SOURCE MATERIAL
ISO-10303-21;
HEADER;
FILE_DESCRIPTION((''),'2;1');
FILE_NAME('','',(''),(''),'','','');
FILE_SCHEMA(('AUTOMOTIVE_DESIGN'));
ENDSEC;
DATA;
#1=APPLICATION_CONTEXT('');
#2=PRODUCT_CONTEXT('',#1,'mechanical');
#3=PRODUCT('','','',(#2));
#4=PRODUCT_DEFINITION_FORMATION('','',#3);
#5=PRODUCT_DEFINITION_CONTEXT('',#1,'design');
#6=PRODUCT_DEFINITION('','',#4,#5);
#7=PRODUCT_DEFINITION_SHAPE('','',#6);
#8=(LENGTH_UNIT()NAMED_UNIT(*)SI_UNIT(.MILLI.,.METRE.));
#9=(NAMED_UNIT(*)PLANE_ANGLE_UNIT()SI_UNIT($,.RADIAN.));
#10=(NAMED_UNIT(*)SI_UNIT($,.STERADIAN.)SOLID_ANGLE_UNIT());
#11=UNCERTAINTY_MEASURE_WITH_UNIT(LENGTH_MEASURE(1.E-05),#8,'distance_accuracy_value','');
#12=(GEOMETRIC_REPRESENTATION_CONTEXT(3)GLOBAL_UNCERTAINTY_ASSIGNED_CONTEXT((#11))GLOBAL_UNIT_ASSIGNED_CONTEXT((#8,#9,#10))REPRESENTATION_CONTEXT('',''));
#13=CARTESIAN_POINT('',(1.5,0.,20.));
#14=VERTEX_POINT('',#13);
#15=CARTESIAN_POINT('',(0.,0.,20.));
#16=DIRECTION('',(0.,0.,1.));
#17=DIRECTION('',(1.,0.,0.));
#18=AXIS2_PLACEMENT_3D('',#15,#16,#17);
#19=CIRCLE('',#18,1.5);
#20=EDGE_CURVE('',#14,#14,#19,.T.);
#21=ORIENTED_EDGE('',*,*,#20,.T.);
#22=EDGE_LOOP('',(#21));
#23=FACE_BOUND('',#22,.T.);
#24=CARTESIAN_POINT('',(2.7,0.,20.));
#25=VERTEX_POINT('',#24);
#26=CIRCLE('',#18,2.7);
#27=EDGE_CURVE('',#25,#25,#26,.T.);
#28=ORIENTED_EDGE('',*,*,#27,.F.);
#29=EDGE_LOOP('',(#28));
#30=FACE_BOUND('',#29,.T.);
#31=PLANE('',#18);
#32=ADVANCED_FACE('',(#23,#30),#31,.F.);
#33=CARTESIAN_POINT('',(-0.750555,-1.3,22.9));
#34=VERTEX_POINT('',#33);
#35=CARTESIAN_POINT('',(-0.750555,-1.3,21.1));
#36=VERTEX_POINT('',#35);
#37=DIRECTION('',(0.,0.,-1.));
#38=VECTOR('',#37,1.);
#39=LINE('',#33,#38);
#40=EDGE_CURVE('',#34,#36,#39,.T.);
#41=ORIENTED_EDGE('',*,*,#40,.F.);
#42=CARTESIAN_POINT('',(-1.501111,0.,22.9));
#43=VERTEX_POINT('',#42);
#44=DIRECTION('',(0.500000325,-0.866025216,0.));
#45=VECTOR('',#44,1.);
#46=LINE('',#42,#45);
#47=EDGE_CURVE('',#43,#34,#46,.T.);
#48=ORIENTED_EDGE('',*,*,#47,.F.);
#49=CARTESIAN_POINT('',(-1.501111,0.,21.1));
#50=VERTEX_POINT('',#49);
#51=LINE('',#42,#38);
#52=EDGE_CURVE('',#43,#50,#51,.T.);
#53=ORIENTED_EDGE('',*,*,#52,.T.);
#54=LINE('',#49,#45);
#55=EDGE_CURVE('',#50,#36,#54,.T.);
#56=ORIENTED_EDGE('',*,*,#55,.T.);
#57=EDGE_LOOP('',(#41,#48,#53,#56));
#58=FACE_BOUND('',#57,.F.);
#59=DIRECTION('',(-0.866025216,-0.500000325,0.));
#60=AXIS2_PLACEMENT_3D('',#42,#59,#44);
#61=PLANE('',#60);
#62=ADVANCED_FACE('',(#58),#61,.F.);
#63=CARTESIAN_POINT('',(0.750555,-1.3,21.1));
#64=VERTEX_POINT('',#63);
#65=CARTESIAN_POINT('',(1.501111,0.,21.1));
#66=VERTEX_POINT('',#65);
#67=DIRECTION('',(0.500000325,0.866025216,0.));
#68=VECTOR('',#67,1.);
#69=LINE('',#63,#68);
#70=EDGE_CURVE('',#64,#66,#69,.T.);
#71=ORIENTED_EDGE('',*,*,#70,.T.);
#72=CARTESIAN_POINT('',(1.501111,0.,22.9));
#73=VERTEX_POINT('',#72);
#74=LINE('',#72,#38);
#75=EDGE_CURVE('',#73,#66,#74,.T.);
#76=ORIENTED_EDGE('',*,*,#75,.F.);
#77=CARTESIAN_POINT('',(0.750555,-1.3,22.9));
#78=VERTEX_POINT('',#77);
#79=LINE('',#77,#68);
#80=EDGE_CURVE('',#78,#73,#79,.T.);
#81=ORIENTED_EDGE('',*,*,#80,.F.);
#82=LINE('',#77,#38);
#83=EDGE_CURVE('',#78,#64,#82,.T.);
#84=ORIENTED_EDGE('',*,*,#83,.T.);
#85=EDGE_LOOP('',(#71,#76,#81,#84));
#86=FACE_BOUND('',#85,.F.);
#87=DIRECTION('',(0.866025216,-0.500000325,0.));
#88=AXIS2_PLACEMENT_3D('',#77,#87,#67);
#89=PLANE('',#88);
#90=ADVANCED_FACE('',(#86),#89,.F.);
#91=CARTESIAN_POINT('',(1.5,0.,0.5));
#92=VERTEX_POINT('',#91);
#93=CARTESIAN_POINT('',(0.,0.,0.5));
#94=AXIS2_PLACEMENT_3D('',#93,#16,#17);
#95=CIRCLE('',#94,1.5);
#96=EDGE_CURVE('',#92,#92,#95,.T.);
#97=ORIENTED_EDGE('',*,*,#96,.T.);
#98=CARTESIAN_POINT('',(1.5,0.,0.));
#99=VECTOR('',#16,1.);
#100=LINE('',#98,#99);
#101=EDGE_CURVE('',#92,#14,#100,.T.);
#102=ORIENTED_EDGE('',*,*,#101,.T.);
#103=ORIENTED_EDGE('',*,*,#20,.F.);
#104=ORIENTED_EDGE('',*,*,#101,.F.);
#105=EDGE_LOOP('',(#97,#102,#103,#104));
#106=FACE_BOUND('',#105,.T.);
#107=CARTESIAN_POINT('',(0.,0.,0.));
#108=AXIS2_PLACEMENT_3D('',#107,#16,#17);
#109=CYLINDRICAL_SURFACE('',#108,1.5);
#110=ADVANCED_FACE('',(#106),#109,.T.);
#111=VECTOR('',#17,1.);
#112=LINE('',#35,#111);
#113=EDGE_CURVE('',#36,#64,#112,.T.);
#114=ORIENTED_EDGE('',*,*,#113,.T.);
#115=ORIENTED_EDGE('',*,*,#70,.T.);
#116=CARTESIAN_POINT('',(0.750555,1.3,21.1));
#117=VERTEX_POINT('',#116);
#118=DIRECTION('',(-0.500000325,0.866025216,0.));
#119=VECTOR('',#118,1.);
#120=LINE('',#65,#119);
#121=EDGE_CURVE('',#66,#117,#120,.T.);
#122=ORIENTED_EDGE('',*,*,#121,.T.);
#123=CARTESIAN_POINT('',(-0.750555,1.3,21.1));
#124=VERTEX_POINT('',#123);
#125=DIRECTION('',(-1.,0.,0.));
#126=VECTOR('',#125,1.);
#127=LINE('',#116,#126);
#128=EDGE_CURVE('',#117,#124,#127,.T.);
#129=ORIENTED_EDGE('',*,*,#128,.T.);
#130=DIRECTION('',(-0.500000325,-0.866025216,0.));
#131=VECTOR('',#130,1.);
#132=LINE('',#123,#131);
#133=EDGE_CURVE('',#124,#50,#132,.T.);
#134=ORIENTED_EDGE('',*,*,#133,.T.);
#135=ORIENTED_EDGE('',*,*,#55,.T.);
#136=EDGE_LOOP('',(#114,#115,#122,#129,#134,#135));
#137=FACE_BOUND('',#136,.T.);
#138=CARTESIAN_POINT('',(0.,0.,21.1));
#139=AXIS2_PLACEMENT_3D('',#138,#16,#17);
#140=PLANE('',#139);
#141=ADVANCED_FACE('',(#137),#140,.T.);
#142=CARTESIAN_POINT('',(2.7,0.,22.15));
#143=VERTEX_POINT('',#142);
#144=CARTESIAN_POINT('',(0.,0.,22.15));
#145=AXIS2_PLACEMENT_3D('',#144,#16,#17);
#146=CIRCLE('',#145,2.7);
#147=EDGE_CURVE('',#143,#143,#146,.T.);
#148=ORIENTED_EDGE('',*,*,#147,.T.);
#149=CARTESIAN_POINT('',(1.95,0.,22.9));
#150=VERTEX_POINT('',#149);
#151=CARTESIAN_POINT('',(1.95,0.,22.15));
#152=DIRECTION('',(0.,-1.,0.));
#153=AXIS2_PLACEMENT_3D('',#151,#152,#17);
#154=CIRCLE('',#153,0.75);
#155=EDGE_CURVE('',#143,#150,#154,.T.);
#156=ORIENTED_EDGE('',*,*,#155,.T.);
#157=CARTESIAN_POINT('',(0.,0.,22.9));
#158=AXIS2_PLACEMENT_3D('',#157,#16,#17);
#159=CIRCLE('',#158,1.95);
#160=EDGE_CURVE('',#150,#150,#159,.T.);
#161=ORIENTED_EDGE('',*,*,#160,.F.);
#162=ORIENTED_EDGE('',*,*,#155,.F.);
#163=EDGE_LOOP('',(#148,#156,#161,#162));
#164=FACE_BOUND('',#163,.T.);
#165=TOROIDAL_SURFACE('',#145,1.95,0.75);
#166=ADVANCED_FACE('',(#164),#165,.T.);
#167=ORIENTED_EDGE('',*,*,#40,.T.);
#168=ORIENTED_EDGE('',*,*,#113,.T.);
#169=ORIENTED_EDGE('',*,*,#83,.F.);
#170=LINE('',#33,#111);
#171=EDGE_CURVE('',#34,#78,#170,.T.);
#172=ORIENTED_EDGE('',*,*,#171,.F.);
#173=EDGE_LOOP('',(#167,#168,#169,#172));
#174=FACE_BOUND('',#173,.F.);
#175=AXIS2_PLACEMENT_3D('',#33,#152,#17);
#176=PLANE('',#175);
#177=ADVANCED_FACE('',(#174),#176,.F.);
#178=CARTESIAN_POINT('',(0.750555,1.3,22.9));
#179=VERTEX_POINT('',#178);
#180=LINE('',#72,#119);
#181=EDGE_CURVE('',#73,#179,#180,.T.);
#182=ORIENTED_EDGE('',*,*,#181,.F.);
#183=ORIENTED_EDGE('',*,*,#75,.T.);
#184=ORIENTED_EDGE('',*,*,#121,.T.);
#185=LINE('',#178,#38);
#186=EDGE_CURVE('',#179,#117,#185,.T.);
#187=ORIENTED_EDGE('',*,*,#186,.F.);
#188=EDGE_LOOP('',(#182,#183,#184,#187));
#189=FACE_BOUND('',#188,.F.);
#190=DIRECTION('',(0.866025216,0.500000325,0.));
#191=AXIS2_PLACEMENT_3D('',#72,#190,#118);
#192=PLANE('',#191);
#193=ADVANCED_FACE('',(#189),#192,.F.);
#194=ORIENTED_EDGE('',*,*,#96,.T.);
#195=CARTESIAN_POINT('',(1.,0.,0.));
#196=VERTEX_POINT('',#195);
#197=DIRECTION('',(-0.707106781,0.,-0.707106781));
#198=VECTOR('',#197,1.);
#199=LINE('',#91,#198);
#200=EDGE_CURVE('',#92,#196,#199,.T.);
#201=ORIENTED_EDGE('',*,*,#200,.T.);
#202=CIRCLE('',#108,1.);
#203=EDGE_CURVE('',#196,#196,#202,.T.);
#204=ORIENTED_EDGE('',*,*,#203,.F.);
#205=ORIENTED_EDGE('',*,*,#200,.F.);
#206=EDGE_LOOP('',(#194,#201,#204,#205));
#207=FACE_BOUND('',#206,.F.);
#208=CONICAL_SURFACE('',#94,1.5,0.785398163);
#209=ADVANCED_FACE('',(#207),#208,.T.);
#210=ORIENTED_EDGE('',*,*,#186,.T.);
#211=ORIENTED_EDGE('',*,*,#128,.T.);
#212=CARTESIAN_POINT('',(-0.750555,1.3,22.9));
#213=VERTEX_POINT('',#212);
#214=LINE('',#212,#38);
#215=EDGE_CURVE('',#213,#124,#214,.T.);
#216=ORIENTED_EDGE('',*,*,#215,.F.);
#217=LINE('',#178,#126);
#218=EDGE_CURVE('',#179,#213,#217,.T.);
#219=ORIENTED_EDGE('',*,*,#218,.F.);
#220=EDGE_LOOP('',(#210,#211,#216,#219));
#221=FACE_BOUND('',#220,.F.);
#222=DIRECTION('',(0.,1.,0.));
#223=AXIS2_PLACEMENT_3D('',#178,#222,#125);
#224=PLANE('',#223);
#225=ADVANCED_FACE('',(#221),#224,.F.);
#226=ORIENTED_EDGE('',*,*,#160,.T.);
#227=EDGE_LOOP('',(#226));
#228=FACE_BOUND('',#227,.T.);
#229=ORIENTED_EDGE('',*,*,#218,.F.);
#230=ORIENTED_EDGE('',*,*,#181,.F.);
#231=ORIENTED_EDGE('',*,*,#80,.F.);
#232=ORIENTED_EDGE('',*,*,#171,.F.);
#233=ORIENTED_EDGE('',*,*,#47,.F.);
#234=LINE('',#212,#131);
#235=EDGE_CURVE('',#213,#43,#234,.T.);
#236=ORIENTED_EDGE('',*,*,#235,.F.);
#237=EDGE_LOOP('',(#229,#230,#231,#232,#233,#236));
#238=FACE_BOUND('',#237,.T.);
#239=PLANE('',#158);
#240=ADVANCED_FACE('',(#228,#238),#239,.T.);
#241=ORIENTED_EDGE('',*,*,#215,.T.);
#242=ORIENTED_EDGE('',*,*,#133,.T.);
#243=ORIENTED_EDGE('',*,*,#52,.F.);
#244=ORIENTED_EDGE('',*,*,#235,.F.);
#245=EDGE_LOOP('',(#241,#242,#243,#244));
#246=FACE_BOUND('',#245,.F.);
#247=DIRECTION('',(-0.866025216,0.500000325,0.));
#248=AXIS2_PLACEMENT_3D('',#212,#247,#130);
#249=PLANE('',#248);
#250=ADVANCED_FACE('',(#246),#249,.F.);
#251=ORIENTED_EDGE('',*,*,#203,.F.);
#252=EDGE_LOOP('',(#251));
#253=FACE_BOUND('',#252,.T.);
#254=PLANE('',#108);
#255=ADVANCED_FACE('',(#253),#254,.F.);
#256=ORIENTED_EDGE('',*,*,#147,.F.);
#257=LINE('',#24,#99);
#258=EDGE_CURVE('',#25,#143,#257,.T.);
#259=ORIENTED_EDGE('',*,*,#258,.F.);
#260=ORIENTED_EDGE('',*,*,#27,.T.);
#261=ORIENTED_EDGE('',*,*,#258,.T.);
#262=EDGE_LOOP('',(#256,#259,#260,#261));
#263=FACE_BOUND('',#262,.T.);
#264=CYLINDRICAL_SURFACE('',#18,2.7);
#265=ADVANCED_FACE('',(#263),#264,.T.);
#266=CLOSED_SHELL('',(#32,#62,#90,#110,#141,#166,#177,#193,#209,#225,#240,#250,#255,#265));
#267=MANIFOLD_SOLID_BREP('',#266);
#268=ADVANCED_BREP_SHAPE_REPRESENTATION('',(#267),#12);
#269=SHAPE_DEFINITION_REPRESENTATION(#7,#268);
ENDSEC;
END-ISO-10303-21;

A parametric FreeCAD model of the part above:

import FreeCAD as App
import Part
import Sketcher


def edges_at(feature, points):
    """Names of the edges that pass closest to the given points."""
    edges = feature.Shape.Edges
    near = lambda p: min(range(len(edges)), key=lambda i: edges[i].distToShape(Part.Vertex(*p))[0])
    return sorted({f"Edge{near(p) + 1}" for p in points})


def add_polygon(sketch, points):
    """Adds a closed chain of lines whose ends are joined by coincident constraints."""
    first, n = sketch.GeometryCount, len(points)
    for a, b in zip(points, points[1:] + points[:1]):
        sketch.addGeometry(Part.LineSegment(App.Vector(*a, 0), App.Vector(*b, 0)), False)
    for i in range(n):
        sketch.addConstraint(Sketcher.Constraint("Coincident", first + i, 2, first + (i + 1) % n, 1))

doc = App.newDocument("Part")
body = doc.addObject("PartDesign::Body", "Body")

sketch1 = body.newObject("Sketcher::SketchObject", "Sketch")
sketch1.AttachmentSupport = (doc.getObject("XZ_Plane"), [""])
sketch1.MapMode = "FlatFace"
add_polygon(sketch1, [(0, 22.9), (0, 0), (1.5, 0), (1.5, 20), (2.7, 20), (2.7, 22.9)])
sketch1.addConstraint([
    Sketcher.Constraint("Vertical", 0),
    Sketcher.Constraint("Horizontal", 1),
    Sketcher.Constraint("Vertical", 2),
    Sketcher.Constraint("Horizontal", 3),
    Sketcher.Constraint("Vertical", 4),
    Sketcher.Constraint("Horizontal", 5),
    Sketcher.Constraint("Coincident", 0, 2, -1, 1),
    Sketcher.Constraint("DistanceY", 2, 1, 2, 2, 20.0),
    Sketcher.Constraint("DistanceX", 1, 1, 1, 2, 1.5),
    Sketcher.Constraint("DistanceX", 3, 1, 3, 2, 1.2),
    Sketcher.Constraint("DistanceY", 0, 2, 0, 1, 22.9),
])
revolution = body.newObject("PartDesign::Revolution", "Revolution")
revolution.Profile = sketch1
revolution.ReferenceAxis = (sketch1, ["V_Axis"])
revolution.Angle = 360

WORK INSTRUCTION
Among the lines above, find the one with "#55=EDGE_CURVE('',#50,#36,#54,.T.);" and the one with "#88=AXIS2_PLACEMENT_3D('',#77,#87,#67);". Quote both and everything between them, exactly.

WRITTEN RESPONSE
#55=EDGE_CURVE('',#50,#36,#54,.T.);
#56=ORIENTED_EDGE('',*,*,#55,.T.);
#57=EDGE_LOOP('',(#41,#48,#53,#56));
#58=FACE_BOUND('',#57,.F.);
#59=DIRECTION('',(-0.866025216,-0.500000325,0.));
#60=AXIS2_PLACEMENT_3D('',#42,#59,#44);
#61=PLANE('',#60);
#62=ADVANCED_FACE('',(#58),#61,.F.);
#63=CARTESIAN_POINT('',(0.750555,-1.3,21.1));
#64=VERTEX_POINT('',#63);
#65=CARTESIAN_POINT('',(1.501111,0.,21.1));
#66=VERTEX_POINT('',#65);
#67=DIRECTION('',(0.500000325,0.866025216,0.));
#68=VECTOR('',#67,1.);
#69=LINE('',#63,#68);
#70=EDGE_CURVE('',#64,#66,#69,.T.);
#71=ORIENTED_EDGE('',*,*,#70,.T.);
#72=CARTESIAN_POINT('',(1.501111,0.,22.9));
#73=VERTEX_POINT('',#72);
#74=LINE('',#72,#38);
#75=EDGE_CURVE('',#73,#66,#74,.T.);
#76=ORIENTED_EDGE('',*,*,#75,.F.);
#77=CARTESIAN_POINT('',(0.750555,-1.3,22.9));
#78=VERTEX_POINT('',#77);
#79=LINE('',#77,#68);
#80=EDGE_CURVE('',#78,#73,#79,.T.);
#81=ORIENTED_EDGE('',*,*,#80,.F.);
#82=LINE('',#77,#38);
#83=EDGE_CURVE('',#78,#64,#82,.T.);
#84=ORIENTED_EDGE('',*,*,#83,.T.);
#85=EDGE_LOOP('',(#71,#76,#81,#84));
#86=FACE_BOUND('',#85,.F.);
#87=DIRECTION('',(0.866025216,-0.500000325,0.));
#88=AXIS2_PLACEMENT_3D('',#77,#87,#67);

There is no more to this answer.